TASS verification system

The operating principle of TASS

In a TASS verification, a torsion shaft is driven with the tightening tool, which represents a specific and consistent dimensional embodiment.
During the rotation of this torsion shaft by the tightening tool, two torque values, the angle of rotation between the fixed stops, and the linearity of the torque curve are checked.
The values determined during the verification in the manufacturing plant are compared with values from the calibration of the TASS verification system, and immediate feedback on the result of the verification is provided to the plant control system.

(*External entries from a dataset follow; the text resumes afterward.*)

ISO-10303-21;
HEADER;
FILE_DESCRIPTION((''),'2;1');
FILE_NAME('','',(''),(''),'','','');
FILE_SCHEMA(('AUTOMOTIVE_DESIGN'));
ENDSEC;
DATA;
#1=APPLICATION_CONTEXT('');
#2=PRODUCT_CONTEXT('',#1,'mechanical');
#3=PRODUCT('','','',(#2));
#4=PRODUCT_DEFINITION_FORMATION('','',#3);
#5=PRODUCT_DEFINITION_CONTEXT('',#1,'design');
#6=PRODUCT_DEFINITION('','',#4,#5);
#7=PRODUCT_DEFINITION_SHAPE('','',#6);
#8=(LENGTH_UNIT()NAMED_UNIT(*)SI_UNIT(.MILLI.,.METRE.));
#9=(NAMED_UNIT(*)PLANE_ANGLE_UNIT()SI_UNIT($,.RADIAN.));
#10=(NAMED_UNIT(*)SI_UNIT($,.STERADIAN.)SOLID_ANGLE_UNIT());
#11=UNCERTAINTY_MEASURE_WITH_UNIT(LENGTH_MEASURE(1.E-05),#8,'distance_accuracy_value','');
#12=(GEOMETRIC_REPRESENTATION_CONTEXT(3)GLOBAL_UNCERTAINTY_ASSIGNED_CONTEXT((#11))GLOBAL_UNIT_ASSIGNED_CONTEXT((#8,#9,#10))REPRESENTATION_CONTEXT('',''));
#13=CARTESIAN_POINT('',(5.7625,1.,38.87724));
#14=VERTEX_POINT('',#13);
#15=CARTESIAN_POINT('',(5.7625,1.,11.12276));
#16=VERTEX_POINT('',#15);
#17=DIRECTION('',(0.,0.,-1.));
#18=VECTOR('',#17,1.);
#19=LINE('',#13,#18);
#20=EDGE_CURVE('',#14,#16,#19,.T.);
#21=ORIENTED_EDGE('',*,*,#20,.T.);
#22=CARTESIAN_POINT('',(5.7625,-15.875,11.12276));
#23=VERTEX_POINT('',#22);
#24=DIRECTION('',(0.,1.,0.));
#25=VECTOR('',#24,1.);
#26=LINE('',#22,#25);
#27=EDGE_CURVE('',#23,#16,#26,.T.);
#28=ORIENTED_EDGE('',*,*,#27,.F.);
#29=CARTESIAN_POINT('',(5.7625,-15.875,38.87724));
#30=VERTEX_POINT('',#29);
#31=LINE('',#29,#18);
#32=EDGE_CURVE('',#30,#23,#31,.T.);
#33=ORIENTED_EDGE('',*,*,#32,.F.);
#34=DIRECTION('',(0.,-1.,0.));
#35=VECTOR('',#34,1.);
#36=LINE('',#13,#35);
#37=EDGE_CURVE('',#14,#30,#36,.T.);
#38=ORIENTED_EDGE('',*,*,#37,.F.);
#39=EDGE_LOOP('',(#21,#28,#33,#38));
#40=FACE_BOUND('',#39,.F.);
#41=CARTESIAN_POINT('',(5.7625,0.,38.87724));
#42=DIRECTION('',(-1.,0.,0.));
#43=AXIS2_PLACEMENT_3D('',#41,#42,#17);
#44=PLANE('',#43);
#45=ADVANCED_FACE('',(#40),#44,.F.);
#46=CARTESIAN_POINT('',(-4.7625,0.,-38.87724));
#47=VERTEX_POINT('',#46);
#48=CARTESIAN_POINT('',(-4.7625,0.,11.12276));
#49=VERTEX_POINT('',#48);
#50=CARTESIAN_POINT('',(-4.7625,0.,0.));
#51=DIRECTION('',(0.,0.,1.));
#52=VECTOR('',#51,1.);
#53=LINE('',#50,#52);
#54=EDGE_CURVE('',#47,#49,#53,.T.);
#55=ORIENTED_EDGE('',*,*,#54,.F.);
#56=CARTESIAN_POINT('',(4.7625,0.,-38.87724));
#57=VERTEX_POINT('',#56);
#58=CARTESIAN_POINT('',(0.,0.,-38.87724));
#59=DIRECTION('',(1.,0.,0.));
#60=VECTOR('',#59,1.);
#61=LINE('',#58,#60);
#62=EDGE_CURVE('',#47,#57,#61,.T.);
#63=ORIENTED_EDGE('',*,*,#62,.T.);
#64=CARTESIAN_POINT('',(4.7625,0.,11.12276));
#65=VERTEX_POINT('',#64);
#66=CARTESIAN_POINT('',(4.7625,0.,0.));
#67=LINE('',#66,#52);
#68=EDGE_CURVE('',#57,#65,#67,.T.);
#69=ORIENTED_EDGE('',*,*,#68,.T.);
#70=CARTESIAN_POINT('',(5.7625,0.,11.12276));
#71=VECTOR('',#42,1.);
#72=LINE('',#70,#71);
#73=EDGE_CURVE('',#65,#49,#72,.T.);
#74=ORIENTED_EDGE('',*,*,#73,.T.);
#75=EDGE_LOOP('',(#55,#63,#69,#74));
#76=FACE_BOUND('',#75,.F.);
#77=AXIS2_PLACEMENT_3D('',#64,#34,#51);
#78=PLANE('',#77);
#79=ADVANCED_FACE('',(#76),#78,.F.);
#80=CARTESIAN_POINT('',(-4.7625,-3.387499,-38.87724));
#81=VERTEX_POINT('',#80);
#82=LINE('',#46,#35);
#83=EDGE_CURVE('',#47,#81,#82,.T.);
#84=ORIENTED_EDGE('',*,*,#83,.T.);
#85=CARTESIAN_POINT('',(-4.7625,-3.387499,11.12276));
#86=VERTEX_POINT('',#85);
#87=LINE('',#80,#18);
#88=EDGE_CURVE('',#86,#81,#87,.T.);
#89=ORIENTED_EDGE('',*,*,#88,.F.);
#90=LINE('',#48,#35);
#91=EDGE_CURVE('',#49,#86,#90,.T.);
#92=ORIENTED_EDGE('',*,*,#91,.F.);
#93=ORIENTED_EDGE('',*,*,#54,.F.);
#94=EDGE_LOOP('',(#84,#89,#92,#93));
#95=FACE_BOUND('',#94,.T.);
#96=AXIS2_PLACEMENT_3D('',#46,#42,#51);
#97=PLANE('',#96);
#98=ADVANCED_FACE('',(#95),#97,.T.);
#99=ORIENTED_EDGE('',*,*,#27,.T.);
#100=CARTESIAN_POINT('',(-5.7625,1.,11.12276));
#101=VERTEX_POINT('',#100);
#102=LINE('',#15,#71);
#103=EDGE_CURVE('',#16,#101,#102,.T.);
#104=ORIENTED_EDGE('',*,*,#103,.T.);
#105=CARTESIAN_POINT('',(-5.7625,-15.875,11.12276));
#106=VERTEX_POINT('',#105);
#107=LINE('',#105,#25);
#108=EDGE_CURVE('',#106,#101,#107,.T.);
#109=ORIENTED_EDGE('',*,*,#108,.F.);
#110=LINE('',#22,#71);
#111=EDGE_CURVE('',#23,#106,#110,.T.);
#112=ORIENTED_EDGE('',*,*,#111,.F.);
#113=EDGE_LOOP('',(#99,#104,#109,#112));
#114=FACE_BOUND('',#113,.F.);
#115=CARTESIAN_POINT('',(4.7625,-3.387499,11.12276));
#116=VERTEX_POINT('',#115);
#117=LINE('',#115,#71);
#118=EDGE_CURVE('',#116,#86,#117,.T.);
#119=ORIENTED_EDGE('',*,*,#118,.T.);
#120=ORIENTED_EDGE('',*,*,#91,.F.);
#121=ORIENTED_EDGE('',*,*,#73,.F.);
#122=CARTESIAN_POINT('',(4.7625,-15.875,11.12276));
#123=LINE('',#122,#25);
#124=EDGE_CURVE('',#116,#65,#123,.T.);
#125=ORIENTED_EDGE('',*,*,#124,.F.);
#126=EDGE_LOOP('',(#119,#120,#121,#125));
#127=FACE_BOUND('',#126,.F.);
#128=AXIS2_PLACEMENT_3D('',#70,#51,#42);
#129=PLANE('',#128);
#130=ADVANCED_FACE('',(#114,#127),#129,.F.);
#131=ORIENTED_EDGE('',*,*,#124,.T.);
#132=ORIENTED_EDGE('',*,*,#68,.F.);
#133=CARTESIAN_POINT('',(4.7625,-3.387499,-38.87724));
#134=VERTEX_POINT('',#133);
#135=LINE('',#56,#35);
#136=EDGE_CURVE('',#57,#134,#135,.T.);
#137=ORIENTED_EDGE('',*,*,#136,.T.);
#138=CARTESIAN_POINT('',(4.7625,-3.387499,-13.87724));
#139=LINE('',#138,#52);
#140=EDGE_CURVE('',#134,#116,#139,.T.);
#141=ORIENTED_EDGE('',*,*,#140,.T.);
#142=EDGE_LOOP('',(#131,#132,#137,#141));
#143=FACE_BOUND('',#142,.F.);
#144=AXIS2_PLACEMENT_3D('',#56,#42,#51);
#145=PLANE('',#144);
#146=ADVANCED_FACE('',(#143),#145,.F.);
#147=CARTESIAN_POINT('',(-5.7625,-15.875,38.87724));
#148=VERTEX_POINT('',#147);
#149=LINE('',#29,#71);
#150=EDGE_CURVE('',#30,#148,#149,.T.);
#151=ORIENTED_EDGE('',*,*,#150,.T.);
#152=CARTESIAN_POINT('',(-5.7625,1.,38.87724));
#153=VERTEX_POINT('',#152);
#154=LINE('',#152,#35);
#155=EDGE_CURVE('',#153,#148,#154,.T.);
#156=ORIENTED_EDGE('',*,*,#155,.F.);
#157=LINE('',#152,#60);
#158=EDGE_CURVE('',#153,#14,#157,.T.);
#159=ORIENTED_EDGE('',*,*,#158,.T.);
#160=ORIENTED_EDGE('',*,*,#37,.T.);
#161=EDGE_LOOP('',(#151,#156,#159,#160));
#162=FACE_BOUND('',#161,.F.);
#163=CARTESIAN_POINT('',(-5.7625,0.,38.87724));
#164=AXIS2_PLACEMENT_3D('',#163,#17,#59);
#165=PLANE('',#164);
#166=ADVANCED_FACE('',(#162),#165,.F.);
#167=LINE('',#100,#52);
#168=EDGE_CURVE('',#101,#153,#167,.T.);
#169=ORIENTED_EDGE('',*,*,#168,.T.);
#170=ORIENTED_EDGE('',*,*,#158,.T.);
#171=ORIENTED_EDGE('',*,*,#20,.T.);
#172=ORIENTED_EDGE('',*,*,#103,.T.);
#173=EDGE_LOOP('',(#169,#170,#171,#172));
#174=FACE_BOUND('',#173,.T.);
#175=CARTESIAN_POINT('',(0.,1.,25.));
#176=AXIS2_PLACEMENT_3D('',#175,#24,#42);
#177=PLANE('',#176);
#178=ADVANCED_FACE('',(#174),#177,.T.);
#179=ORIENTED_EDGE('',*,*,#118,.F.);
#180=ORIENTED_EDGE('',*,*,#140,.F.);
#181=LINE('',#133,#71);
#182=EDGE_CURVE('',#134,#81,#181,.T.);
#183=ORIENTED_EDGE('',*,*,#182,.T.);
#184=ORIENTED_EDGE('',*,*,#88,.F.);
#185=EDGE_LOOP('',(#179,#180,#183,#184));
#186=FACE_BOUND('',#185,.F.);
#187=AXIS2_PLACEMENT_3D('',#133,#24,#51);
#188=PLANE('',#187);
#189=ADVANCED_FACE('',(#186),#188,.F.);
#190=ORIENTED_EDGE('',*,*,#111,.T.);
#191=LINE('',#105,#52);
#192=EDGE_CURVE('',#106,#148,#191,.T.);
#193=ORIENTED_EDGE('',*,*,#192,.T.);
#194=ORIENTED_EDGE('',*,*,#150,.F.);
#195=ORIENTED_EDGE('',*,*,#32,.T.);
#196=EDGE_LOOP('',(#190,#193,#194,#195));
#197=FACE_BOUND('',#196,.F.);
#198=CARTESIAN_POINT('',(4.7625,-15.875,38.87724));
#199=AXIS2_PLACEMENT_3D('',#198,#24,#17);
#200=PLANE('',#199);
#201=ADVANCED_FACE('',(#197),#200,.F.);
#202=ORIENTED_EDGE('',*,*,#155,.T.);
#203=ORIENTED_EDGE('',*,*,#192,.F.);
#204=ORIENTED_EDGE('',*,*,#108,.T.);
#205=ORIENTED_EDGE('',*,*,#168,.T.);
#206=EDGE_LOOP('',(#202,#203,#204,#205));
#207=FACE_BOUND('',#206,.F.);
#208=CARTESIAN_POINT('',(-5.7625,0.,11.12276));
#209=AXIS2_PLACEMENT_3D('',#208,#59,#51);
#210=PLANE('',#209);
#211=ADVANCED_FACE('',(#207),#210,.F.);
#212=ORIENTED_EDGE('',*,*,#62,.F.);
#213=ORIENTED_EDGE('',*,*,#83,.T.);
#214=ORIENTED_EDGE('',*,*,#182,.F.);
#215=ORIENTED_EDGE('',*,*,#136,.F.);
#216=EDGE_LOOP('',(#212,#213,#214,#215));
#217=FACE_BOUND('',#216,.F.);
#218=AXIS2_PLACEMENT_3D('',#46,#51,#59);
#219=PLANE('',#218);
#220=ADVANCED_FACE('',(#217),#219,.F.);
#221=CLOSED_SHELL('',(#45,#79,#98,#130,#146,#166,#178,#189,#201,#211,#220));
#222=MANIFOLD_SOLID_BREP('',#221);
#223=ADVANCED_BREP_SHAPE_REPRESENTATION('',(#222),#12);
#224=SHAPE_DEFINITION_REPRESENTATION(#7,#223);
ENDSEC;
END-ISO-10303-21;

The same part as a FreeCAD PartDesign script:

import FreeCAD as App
import Part
import Sketcher
from FreeCAD import Vector
Q = App.Units.Quantity

doc = App.newDocument("Part")
body = doc.addObject("PartDesign::Body", "Body")

sketch1 = body.newObject("Sketcher::SketchObject", "Sketch")
sketch1.AttachmentSupport = (doc.getObject("XZ_Plane"), [""])
sketch1.MapMode = "FlatFace"
sketch1.addGeometry(Part.LineSegment(Vector(-4.7625, 38.87724, 0), Vector(-4.7625, -38.87724, 0)), False)
sketch1.addGeometry(Part.LineSegment(Vector(-4.7625, -38.87724, 0), Vector(4.7625, -38.87724, 0)), False)
sketch1.addGeometry(Part.LineSegment(Vector(4.7625, -38.87724, 0), Vector(4.7625, 38.87724, 0)), False)
sketch1.addGeometry(Part.LineSegment(Vector(4.7625, 38.87724, 0), Vector(-4.7625, 38.87724, 0)), False)
sketch1.addConstraint(Sketcher.Constraint("Coincident", 0, 2, 1, 1))
sketch1.addConstraint(Sketcher.Constraint("Coincident", 1, 2, 2, 1))
sketch1.addConstraint(Sketcher.Constraint("Coincident", 2, 2, 3, 1))
sketch1.addConstraint(Sketcher.Constraint("Coincident", 3, 2, 0, 1))
sketch1.addConstraint(Sketcher.Constraint("Vertical", 0))
sketch1.addConstraint(Sketcher.Constraint("Horizontal", 1))
sketch1.addConstraint(Sketcher.Constraint("Vertical", 2))
sketch1.addConstraint(Sketcher.Constraint("Horizontal", 3))
sketch1.addConstraint(Sketcher.Constraint("Symmetric", 0, 2, 2, 2, -1, 1))
sketch1.addConstraint(Sketcher.Constraint("DistanceX", 1, 1, 1, 2, Q("9.525 mm")))
sketch1.addConstraint(Sketcher.Constraint("DistanceY", 0, 2, 0, 1, Q("77.75448 mm")))
pad1 = body.newObject("PartDesign::Pad", "Pad")
pad1.Profile = sketch1
pad1.Length = 15.875

sketch2 = body.newObject("Sketcher::SketchObject", "Sketch001")
sketch2.AttachmentSupport = (doc.getObject("YZ_Plane"), [""])
sketch2.MapMode = "FlatFace"
sketch2.AttachmentOffset = App.Placement(Vector(0, 0, 4.7625), App.Rotation())
sketch2.addGeometry(Part.LineSegment(Vector(-15.875, 11.12276, 0), Vector(-15.875, -38.87724, 0)), False)
sketch2.addGeometry(Part.LineSegment(Vector(-15.875, -38.87724, 0), Vector(-3.387499, -38.87724, 0)), False)
sketch2.addGeometry(Part.LineSegment(Vector(-3.387499, -38.87724, 0), Vector(-3.387499, 11.12276, 0)), False)
sketch2.addGeometry(Part.LineSegment(Vector(-3.387499, 11.12276, 0), Vector(-15.875, 11.12276, 0)), False)
sketch2.addConstraint(Sketcher.Constraint("Coincident", 0, 2, 1, 1))
sketch2.addConstraint(Sketcher.Constraint("Coincident", 1, 2, 2, 1))
sketch2.addConstraint(Sketcher.Constraint("Coincident", 2, 2, 3, 1))
sketch2.addConstraint(Sketcher.Constraint("Coincident", 3, 2, 0, 1))
sketch2.addConstraint(Sketcher.Constraint("Vertical", 0))
sketch2.addConstraint(Sketcher.Constraint("Horizontal", 1))
sketch2.addConstraint(Sketcher.Constraint("Vertical", 2))
sketch2.addConstraint(Sketcher.Constraint("Horizontal", 3))
sketch2.addConstraint(Sketcher.Constraint("DistanceY", 0, 2, 0, 1, Q("50 mm")))
sketch2.addConstraint(Sketcher.Constraint("DistanceX", 1, 1, 1, 2, Q("12.487501 mm")))
sketch2.addConstraint(Sketcher.Constraint("DistanceX", 0, 2, -1, 1, Q("15.875 mm")))
sketch2.addConstraint(Sketcher.Constraint("DistanceY", 0, 2, -1, 1, Q("38.87724 mm")))
pocket1 = body.newObject("PartDesign::Pocket", "Pocket")
pocket1.Profile = sketch2
pocket1.Length = 25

The highlights of the TASS verification system

Time and cost savings: no need to remove the spindle, as the process is automatable and error-free; production stops are eliminated
Minimization of the risk during sensor readjustment, as spindle removal is no longer necessary
Immediate feedback (IO/NIO) through continuous validation

Clear countermeasuring: immediate initiation of measures in the NIO case, process can be carried out as often as desired
Fast troubleshooting possible through short-cycle counter-measurement of the tightening values (e.g. daily)
Reduction of machine capability inspections (MFU): by extending the periods between MFU intervals (usually once a year), costs can be reduced by more than 50%

Our product range for the TASS verification system

TASS Element

consisting of housing and torsion shaft inside
Hirth splines for connecting interchangeable parts

Interchangeable parts

Interchangeable parts serve as a coupling to the tightening system.
Interchangeable parts with standard threads and connection profiles (external hexagon and hexagon socket, Torx)

Interchangeable blanks

The interchangeable blanks can be used to produce suitable connection profiles with the correct tightening geometry for the customized application.

TASS software

The TASS Setup Software is used to determine the system-specific parameter values.
With the TASS Setup software, direct access to the tightening curves and parameter data is possible.

Learn more about the TASS verification system

The Physics Behind TASS

1. The TASS element consists of a fixed housing (1)

2. and a movable torsion shaft (2)

3. The torque increase up to point M1(3) results from overcoming the preload in the torsion shaft.

4. After reaching point M1 (corresponding to the preload of the torsion shaft), the torsion shaft is twisted between the two stop surfaces on the TASS element. This range W3 (4) corresponds to a torsion angle of 12° and is characterized by a linear increase in torque.

5. At point M2 (5), the torsion shaft rests on the second stop surface. In the further course, the housing of the TASS element is twisted. The torque curve is significantly steeper.

6. The test is completed at a moment M3 (6) significantly above M2.

7. By evaluating the measurement results at points M1 and M2 as well as a freely definable envelope curve around the command curve, it is verified whether the test is OK.